Get it? How can we possibly be expected to educate these little losers?
I have another explanation to offer: These are, in fact, the very same children we’ve been producing since the dawn of humanity in a slightly different wrapper. Curious, anxious, insecure, lonely and desperate for love, typically growing up in less than ideal circumstances, shockingly tender, and in dire need of reliable and trustworthy adults to take them in hand and show them the path to adulthood. I am certain that a frustrated parent wearing a mastodon skin was squatting in a cave a long time ago complaining about how little Yog let the fire go out and can’t remember to bring his spear inside at night. “What is the matter with young people these days?” has been the same plaintive cry throughout the ages.

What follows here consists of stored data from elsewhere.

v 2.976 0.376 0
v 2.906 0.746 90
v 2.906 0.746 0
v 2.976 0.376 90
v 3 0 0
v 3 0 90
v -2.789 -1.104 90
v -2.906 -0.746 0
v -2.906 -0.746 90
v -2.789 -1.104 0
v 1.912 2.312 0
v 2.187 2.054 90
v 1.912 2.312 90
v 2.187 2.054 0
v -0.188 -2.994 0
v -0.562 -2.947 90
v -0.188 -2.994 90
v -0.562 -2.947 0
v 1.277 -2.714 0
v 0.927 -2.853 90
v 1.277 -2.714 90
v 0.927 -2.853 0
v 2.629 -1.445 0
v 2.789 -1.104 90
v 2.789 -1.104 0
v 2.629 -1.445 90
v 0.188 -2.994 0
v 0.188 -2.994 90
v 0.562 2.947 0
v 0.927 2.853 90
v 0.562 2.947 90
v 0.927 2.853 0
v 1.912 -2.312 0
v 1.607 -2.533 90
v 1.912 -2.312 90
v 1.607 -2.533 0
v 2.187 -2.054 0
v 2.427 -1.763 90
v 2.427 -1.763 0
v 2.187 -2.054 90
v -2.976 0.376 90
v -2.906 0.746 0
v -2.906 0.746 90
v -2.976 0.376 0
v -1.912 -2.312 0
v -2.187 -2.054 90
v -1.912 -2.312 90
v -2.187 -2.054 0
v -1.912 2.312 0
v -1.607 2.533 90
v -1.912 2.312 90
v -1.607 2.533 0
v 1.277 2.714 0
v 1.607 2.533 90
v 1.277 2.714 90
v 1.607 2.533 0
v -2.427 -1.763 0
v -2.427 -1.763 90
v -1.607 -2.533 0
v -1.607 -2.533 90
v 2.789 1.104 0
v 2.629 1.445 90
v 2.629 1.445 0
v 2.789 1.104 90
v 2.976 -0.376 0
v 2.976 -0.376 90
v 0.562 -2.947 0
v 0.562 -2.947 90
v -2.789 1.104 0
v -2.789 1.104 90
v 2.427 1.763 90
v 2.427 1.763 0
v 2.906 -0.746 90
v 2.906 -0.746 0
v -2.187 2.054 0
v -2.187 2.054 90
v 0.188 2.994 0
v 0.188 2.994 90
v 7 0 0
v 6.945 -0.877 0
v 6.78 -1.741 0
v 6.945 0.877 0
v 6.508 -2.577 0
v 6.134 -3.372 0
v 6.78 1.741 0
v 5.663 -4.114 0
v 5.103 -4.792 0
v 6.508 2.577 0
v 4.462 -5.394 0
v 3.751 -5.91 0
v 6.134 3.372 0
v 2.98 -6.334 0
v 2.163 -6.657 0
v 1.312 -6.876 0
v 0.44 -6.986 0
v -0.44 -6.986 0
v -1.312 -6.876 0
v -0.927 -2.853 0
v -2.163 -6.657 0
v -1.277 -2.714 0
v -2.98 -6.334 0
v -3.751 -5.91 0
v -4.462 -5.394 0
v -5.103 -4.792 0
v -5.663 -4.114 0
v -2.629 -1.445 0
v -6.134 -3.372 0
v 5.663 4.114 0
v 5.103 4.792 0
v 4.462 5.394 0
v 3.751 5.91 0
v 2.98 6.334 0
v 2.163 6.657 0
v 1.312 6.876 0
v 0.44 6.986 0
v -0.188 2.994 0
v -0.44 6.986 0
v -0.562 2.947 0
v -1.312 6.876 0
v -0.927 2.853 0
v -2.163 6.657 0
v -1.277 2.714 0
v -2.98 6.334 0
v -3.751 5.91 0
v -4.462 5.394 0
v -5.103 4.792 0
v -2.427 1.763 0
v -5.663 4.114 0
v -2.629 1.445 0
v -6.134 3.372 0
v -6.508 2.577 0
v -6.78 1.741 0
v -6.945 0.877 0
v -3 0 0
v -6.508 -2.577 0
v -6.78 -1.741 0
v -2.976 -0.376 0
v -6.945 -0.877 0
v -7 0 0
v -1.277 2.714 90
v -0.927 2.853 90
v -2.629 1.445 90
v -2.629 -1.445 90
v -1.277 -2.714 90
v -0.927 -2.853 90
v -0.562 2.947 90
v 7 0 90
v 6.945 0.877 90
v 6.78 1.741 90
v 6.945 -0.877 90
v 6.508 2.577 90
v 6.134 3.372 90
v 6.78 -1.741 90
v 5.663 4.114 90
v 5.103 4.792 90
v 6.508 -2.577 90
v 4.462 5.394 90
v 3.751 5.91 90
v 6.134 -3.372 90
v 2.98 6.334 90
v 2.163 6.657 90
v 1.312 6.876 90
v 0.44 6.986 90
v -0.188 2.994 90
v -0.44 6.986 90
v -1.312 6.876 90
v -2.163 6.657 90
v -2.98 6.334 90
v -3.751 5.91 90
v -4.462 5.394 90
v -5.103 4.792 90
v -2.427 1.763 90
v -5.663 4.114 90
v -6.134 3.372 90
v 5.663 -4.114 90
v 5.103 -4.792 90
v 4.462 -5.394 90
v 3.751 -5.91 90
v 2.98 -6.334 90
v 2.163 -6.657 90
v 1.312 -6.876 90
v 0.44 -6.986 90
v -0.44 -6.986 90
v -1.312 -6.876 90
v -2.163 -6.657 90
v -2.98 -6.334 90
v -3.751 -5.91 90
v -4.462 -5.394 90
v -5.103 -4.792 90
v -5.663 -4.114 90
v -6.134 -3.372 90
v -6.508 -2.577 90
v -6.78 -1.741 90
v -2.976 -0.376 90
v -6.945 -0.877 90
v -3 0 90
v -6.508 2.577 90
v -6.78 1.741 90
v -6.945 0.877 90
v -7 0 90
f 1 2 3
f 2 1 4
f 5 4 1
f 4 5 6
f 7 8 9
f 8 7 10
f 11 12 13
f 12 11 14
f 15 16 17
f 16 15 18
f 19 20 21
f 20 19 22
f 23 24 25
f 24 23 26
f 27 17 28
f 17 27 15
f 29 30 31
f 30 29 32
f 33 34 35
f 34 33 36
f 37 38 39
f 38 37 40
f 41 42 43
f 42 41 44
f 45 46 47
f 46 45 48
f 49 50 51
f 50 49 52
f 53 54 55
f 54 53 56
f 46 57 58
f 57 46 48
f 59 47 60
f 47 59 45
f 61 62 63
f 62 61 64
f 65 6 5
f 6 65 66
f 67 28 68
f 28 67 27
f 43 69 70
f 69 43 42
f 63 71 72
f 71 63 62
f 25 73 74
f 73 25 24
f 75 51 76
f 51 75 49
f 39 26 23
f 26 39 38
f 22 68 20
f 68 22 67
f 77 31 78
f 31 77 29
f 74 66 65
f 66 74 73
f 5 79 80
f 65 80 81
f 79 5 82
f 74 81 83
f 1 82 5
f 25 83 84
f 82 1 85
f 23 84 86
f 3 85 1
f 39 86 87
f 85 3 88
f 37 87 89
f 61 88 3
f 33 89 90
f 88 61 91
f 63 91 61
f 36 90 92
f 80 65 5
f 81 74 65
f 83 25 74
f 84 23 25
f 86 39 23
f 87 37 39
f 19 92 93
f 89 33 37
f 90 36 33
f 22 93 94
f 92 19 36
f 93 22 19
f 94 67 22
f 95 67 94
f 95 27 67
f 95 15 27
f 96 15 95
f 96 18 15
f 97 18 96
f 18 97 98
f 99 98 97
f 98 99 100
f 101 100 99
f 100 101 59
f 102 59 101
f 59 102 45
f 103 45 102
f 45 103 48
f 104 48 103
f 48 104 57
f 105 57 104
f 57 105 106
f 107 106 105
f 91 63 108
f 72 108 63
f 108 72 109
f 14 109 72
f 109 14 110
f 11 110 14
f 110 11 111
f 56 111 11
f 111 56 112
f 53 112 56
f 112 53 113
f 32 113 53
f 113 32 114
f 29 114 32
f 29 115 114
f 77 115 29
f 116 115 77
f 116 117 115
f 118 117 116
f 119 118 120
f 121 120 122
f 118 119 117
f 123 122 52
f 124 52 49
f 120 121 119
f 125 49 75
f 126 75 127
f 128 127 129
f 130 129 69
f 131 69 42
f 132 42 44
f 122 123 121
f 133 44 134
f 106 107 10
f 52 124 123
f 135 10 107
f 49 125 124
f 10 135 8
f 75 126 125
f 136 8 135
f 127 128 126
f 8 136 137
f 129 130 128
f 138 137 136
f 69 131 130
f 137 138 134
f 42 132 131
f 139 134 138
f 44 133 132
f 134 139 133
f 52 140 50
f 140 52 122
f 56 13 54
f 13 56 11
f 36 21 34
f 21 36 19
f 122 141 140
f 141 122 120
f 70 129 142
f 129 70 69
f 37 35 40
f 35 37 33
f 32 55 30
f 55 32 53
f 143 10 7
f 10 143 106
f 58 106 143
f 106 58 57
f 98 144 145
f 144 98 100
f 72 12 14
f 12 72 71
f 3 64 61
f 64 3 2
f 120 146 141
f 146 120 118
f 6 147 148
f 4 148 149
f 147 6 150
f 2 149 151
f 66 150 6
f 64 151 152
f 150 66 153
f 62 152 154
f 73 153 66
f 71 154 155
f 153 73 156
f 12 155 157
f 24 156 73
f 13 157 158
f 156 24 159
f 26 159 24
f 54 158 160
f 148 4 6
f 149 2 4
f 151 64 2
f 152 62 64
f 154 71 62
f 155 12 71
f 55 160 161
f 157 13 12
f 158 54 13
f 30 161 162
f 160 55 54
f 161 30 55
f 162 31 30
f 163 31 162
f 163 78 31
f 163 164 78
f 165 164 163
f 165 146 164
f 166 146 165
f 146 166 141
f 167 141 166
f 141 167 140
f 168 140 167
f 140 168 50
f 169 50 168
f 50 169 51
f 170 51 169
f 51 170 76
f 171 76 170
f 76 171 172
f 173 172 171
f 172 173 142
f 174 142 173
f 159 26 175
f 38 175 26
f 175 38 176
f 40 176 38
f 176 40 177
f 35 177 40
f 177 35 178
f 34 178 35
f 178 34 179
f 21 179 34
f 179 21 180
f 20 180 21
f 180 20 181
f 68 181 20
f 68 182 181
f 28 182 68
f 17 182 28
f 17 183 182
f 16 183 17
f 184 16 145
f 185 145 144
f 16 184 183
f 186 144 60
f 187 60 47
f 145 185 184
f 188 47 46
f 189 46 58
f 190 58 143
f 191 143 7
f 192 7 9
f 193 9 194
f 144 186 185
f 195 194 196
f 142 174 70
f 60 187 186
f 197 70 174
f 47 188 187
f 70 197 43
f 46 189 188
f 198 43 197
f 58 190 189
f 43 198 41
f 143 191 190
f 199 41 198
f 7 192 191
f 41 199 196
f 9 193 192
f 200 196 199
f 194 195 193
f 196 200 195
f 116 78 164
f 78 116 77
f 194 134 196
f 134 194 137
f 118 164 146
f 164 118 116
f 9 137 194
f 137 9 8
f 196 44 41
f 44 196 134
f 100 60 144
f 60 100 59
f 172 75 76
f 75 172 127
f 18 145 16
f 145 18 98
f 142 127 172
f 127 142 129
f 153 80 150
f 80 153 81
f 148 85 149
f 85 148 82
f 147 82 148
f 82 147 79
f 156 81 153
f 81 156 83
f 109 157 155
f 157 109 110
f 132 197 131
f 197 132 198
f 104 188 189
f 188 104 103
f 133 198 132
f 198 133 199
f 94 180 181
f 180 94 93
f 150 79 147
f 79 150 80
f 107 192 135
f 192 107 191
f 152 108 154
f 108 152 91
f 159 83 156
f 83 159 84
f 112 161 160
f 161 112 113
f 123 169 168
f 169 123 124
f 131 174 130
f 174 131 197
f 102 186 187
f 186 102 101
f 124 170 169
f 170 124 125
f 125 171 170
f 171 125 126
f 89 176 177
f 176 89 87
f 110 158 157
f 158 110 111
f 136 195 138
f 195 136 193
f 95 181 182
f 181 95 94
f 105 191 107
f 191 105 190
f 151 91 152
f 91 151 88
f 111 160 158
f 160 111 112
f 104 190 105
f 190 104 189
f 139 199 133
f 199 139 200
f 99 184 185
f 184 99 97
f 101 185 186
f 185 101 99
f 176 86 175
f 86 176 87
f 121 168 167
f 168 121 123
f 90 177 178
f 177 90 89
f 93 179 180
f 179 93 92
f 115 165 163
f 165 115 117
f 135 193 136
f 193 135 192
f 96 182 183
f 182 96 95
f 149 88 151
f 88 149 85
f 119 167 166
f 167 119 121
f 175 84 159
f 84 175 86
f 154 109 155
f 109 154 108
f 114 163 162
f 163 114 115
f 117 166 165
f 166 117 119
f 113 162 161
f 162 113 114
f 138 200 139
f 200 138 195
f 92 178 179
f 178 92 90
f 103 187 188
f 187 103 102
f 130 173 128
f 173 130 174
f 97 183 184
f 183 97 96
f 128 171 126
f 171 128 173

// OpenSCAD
$fn = 50;


difference() {
	union() {
		cylinder(h = 90, r = 7.0000000000);
	}
	union() {
		cylinder(h = 90, r = 3.0000000000);
		cylinder(h = 90, r = 1.5000000000);
		cylinder(h = 90, r = 1.5000000000);
		cylinder(h = 90, r = 1.5000000000);
	}
}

I don’t believe the problem is our children. It is, sadly, our schools that are often the dysfunctional player in the drama. We see too many examples of educators who expect too little, complain too much, gossip and spread rumors, fail to embrace responsibilities, resist all accountability, resent when their failures are pointed out, and build an emotional wall that separates them from those with whom they need to connect.

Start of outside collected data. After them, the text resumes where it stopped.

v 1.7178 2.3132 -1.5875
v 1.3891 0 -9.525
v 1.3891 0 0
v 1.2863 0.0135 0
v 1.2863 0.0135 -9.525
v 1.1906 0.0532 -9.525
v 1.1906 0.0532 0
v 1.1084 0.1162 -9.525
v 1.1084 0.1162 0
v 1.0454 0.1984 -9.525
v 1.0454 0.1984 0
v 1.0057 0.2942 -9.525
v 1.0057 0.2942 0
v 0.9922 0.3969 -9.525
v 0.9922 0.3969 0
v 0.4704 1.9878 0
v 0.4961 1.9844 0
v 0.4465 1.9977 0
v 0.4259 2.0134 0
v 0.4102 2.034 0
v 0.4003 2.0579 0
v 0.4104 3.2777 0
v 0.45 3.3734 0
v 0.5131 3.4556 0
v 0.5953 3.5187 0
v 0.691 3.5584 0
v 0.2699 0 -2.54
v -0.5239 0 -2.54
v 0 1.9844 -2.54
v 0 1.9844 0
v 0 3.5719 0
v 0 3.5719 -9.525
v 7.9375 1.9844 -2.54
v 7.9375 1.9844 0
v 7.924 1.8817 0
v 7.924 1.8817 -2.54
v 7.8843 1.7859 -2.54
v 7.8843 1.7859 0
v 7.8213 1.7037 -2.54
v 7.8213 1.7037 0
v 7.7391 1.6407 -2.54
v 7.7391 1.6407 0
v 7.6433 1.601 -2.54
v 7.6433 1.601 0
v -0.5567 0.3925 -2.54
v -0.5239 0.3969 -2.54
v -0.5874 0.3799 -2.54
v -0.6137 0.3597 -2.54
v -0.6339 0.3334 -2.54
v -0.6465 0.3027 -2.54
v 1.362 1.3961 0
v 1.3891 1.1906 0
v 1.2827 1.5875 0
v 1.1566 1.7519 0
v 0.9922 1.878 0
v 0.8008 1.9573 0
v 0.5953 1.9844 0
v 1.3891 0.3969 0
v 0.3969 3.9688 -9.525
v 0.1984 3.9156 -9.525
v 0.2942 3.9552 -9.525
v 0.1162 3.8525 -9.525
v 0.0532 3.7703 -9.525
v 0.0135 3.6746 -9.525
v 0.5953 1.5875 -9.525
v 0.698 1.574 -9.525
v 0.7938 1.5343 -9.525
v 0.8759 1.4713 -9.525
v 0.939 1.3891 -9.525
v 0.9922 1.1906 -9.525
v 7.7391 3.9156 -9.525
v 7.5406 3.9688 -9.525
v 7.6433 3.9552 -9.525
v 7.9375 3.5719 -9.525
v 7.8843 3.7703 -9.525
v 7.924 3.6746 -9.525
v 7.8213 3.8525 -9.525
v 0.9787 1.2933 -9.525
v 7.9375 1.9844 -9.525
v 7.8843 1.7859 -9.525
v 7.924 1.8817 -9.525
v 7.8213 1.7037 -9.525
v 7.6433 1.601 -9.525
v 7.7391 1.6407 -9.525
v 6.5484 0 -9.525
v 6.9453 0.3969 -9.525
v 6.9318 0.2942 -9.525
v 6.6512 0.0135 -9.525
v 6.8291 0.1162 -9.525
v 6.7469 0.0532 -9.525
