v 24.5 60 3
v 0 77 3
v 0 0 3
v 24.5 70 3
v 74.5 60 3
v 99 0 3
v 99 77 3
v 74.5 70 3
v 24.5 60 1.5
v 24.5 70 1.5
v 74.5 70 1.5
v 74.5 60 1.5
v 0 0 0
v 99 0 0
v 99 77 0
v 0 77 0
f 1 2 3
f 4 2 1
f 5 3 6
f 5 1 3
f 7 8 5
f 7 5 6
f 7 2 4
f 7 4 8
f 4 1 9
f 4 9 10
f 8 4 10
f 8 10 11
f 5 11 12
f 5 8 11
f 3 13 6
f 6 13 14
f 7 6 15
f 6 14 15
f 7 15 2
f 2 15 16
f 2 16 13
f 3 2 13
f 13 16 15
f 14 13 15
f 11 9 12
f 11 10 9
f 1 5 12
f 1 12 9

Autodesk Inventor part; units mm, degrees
ref_plane "YZ Plane" through (0, 0, 0) normal (1, 0, 0) x (0, 1, 0)
ref_plane "XZ Plane" through (0, 0, 0) normal (0, 1, 0) x (-1, 0, 0)
ref_plane "XY Plane" through (0, 0, 0) normal (0, 0, 1) x (1, 0, 0)
sketch "Sketch1" plane through (0, 0, 0) normal (0, 0, 1) x (1, 0, 0)
  line L0 (0, 0) -> (99, 0)
  line L1 (99, 0) -> (99, 77)
  line L2 (99, 77) -> (0, 77)
  line L3 (0, 77) -> (0, 0)
  dimension "d1" = 77
  dimension "d51" = 99
extrude "Extrusion1" add sketch "Sketch1" along normal blind 3
sketch "Sketch4" plane through (0, 0, 3) normal (0, 0, 1) x (1, 0, 0)
  line L0 (24.5, 70) -> (74.5, 70)
  line L1 (74.5, 70) -> (74.5, 60)
  line L2 (74.5, 60) -> (24.5, 60)
  line L3 (24.5, 60) -> (24.5, 70)
  line L4 (24.5, 70) -> (74.5, 60) construction
  line L5 (74.5, 70) -> (24.5, 60) construction
  line L6 (0, 77) -> (49.5, 77)
  line L7 (99, 77) -> (0, 77) projected
  point P0 (0, 0)
  dimension "d47" = 50
  dimension "d48" = 10
extrude "Extrusion2" cut sketch "Sketch4" against normal blind 1.5
properties part number "DoosjeVoorkant" material "Wood (Cherry)"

Our educators are, in other words, often guilty of the very shortcomings they claim their students possess.
Therefore, who is—if educators sometimes fail to act like responsible adults—truly at fault when a student does not learn? Do we need to be certain we are consistently living up to the standards we expect of our students before we so readily point the finger elsewhere to explain why American public education is—after decades of reforms and trillions of dollars in additional spending—still producing so many high school graduates who cannot write coherently, read thoughtfully, or calculate accurately?
Let’s stop tossing out easy excuses and get down to the time-consuming, difficult, and sometimes tedious business of holding both ourselves and our students to the highest possible standards. It is the very least we owe to our nation, communities, families—and, most of all, our children.